● **TRY IT**: Take from the material every line that contains the word "this".

==========

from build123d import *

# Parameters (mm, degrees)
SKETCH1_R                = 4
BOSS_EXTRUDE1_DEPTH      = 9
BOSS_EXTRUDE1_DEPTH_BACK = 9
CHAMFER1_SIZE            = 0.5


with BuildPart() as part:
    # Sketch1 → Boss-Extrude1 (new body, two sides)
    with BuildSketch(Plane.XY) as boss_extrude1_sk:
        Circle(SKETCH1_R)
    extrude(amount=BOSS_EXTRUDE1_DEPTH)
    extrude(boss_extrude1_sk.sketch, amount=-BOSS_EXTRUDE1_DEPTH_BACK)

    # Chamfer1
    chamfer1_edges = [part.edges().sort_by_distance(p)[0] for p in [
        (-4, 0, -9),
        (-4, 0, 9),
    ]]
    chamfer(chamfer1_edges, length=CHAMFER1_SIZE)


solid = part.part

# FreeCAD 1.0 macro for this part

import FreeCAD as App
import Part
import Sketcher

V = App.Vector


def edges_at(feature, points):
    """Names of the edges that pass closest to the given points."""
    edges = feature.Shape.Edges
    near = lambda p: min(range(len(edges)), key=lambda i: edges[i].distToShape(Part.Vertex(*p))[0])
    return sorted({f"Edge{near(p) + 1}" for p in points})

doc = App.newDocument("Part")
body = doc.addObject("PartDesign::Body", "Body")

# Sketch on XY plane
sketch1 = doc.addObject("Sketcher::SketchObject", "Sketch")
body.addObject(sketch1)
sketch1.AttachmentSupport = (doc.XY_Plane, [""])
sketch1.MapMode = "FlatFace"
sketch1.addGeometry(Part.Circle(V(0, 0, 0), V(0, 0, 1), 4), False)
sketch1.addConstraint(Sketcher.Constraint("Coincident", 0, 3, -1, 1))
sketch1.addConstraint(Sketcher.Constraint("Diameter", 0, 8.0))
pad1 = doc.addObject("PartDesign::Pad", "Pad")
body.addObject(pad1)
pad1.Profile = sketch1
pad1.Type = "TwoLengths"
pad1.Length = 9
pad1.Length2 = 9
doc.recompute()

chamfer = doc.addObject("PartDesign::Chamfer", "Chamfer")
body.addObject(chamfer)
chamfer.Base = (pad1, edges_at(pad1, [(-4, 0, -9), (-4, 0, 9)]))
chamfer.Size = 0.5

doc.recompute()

==========

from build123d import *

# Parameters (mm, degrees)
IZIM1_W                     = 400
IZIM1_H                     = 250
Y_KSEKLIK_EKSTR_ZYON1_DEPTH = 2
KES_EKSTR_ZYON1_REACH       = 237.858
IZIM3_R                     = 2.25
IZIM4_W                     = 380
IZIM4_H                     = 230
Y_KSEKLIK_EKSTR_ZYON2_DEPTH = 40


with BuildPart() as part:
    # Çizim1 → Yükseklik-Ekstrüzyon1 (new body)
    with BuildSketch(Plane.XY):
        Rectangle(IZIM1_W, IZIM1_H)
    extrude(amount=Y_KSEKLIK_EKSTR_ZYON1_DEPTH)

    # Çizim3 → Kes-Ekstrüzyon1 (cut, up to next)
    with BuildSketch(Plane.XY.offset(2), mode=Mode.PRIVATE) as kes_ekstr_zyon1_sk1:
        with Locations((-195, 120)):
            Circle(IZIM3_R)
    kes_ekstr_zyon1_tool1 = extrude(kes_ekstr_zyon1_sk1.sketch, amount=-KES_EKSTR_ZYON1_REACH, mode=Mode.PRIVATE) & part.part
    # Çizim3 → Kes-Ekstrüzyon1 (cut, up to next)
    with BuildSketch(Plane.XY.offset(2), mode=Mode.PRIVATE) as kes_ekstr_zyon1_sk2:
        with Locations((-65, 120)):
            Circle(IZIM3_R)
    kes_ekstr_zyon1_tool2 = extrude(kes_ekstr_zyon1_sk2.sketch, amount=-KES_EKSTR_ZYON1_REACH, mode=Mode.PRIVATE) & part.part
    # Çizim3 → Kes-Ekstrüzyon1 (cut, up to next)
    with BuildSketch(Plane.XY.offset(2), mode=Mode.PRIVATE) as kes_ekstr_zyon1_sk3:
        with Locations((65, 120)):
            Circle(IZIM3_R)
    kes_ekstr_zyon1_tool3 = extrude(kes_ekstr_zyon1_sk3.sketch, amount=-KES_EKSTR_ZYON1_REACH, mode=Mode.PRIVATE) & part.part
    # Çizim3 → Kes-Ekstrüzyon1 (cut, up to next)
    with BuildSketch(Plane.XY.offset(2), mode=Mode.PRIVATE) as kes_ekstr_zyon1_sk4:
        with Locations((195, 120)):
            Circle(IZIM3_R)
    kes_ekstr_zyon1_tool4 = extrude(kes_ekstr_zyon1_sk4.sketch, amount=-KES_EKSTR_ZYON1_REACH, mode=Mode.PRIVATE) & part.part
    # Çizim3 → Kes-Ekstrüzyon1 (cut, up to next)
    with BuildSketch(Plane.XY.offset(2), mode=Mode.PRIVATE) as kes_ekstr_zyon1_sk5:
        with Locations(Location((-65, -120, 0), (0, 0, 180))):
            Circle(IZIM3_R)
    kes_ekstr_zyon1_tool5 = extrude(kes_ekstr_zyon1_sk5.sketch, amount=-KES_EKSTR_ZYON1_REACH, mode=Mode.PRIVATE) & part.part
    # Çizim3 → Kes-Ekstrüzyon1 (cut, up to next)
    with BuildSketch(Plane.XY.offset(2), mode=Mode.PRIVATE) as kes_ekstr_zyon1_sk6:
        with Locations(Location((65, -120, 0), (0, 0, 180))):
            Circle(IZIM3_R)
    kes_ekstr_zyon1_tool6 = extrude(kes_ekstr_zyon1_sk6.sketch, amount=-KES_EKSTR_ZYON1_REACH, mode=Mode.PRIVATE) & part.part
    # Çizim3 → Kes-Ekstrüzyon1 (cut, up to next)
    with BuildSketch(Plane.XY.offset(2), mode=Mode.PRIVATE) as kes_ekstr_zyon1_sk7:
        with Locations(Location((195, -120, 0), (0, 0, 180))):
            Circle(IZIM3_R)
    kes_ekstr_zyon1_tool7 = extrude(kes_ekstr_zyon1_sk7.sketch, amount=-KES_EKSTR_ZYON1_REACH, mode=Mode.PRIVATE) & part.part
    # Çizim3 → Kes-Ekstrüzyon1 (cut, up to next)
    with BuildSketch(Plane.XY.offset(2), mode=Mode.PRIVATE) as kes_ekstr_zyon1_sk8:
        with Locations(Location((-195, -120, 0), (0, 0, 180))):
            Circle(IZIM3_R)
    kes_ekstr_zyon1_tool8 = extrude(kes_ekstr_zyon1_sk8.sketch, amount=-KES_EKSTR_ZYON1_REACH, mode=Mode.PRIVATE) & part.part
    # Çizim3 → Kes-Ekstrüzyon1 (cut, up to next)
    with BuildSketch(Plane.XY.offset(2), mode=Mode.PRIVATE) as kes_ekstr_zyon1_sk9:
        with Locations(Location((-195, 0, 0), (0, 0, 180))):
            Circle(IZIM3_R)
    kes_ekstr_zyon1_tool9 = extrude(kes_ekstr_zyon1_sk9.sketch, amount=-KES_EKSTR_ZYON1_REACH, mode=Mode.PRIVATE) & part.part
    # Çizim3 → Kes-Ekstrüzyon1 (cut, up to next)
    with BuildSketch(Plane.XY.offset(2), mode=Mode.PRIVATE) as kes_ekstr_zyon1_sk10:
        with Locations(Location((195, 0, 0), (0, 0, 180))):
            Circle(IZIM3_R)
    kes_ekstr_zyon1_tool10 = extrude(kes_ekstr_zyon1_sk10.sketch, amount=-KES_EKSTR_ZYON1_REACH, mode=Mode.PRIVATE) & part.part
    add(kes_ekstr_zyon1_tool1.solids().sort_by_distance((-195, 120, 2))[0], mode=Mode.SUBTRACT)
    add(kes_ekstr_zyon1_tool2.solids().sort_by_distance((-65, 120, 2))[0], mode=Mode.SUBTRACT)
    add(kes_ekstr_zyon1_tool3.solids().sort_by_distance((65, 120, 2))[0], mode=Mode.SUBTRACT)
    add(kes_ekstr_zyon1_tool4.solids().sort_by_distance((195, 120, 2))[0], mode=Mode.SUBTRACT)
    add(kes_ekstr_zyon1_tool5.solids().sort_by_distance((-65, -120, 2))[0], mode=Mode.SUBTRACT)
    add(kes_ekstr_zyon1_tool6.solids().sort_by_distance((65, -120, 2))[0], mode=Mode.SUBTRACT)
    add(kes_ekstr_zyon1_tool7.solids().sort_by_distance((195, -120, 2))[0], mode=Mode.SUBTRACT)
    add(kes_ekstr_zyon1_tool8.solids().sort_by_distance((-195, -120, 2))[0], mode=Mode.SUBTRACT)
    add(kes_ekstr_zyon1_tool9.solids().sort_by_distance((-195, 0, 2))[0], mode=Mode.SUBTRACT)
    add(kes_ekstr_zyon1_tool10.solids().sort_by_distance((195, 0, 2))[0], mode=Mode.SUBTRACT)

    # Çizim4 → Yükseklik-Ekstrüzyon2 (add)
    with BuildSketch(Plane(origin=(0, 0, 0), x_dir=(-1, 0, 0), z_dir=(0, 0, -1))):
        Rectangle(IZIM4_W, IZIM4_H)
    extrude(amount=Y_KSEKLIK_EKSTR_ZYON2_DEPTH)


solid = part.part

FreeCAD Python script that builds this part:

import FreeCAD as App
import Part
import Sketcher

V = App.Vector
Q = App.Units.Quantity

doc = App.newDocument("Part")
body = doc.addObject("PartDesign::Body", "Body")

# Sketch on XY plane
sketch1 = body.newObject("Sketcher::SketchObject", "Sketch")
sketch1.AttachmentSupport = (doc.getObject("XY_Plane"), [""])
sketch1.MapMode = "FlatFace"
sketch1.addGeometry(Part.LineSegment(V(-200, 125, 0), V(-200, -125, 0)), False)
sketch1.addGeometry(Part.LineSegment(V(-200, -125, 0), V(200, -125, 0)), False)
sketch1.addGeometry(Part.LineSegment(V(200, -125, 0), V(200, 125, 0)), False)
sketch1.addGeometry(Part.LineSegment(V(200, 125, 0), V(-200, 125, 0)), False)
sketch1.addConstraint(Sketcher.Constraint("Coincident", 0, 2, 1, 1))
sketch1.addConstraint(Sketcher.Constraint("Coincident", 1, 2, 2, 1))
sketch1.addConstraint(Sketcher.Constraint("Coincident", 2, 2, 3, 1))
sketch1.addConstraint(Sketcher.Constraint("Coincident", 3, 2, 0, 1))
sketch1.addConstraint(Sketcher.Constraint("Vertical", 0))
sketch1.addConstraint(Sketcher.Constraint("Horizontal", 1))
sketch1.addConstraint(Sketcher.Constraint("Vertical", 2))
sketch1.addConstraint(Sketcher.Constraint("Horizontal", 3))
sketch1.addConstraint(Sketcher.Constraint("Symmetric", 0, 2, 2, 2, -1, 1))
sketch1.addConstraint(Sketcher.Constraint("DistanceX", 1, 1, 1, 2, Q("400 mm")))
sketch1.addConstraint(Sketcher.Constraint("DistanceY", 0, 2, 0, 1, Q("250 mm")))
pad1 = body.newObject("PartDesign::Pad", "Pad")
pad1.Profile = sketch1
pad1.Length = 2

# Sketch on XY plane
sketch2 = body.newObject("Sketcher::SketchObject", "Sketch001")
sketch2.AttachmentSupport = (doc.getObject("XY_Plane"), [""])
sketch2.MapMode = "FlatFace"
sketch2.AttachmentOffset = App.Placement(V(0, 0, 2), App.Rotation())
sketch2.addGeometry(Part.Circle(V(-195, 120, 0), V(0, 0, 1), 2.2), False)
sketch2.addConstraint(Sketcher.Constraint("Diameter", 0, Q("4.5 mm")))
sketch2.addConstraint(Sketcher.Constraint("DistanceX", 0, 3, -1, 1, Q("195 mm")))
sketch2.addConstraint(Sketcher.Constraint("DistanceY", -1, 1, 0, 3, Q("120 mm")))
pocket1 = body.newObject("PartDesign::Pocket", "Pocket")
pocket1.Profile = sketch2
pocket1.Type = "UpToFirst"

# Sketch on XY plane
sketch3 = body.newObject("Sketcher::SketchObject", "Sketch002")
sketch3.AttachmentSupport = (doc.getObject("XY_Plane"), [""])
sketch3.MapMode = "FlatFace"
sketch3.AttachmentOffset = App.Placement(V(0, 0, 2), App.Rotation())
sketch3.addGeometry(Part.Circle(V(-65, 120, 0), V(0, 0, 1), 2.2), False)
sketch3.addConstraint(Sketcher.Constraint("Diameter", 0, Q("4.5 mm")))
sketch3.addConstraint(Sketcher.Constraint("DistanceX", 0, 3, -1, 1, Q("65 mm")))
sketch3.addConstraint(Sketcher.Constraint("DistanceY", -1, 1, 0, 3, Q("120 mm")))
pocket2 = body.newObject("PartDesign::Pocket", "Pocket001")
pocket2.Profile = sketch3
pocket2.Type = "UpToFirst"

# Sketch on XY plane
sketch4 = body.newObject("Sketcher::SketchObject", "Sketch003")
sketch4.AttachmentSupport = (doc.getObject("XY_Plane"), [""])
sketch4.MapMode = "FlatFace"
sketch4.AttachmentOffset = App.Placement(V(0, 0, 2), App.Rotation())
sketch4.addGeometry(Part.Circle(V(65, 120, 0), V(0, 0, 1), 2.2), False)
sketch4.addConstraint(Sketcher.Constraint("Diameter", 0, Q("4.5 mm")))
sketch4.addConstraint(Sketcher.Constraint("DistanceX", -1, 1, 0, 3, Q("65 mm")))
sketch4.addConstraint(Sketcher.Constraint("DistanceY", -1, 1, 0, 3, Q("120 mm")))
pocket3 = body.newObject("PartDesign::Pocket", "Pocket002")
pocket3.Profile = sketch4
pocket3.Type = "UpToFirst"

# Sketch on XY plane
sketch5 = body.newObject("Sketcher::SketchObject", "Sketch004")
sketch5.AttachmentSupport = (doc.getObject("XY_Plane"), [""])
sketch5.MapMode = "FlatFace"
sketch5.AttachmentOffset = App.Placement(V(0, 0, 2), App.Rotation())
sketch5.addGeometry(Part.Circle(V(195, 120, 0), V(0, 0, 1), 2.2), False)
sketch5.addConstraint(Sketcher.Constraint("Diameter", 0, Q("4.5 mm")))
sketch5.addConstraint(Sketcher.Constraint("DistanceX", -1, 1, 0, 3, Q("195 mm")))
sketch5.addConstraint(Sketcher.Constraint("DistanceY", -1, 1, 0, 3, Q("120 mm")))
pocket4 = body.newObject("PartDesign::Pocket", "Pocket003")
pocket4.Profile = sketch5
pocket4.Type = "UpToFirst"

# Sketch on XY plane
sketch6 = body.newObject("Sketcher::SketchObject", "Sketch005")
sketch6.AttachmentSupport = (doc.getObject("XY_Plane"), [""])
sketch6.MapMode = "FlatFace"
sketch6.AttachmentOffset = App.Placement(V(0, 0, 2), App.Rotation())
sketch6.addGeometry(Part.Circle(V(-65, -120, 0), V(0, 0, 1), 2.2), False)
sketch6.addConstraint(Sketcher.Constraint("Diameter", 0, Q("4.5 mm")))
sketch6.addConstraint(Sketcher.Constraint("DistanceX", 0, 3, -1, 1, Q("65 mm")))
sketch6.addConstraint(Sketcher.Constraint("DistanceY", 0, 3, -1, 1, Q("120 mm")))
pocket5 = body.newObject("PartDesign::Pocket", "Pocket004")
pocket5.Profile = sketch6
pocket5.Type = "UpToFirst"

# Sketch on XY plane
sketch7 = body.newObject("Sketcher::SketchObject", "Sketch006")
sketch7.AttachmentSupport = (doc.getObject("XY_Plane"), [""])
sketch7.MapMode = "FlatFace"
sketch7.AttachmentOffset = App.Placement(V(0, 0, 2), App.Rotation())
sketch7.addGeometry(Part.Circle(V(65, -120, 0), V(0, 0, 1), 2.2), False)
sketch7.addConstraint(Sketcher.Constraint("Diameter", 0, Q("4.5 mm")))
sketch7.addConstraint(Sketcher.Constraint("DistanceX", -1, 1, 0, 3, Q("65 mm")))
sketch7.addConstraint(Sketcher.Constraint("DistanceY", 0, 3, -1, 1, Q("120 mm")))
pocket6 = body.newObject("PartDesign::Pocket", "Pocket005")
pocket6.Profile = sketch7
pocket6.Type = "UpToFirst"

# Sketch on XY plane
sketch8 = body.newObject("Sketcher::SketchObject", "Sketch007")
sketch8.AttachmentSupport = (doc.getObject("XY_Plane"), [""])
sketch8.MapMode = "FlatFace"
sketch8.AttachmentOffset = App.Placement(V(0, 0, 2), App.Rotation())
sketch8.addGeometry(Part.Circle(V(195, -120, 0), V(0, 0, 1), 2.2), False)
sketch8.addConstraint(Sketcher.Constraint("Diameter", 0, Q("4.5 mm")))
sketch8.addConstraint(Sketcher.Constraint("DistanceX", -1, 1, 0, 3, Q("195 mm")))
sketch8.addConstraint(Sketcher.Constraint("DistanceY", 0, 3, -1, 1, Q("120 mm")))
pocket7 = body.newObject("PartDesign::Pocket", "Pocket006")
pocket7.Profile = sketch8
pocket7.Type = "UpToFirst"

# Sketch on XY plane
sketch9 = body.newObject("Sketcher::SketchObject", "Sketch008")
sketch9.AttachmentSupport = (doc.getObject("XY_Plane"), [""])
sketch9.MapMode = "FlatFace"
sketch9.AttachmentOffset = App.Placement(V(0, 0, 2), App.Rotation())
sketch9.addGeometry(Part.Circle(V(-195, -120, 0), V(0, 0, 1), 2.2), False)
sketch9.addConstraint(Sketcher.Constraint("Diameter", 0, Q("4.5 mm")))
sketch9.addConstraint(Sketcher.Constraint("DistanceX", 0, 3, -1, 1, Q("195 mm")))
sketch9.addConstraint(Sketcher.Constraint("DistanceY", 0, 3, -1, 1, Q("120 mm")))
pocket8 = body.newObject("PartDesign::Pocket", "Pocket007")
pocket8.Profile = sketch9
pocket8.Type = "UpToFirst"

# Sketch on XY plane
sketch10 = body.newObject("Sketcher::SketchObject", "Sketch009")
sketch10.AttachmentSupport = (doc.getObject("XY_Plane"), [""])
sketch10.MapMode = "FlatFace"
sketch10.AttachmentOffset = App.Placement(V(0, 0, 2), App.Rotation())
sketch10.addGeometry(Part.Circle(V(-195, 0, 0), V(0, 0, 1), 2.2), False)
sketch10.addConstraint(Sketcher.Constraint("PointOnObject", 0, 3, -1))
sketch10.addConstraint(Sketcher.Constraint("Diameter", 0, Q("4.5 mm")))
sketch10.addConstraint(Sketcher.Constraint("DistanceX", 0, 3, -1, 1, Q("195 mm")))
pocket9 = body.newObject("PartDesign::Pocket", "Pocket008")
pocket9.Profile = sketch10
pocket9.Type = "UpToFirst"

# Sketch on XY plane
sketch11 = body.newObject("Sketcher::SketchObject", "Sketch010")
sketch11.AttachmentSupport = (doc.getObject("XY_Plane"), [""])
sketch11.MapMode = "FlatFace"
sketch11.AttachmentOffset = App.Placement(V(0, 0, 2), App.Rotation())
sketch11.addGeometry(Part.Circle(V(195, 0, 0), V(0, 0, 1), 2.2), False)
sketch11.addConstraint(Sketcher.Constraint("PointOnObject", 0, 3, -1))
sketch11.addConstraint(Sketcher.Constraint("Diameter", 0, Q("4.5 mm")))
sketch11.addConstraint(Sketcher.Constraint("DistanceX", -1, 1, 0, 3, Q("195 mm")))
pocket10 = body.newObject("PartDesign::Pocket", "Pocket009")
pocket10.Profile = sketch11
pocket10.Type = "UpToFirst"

==========

● **THE ANSWER**:
# FreeCAD 1.0 macro for this part
FreeCAD Python script that builds this part:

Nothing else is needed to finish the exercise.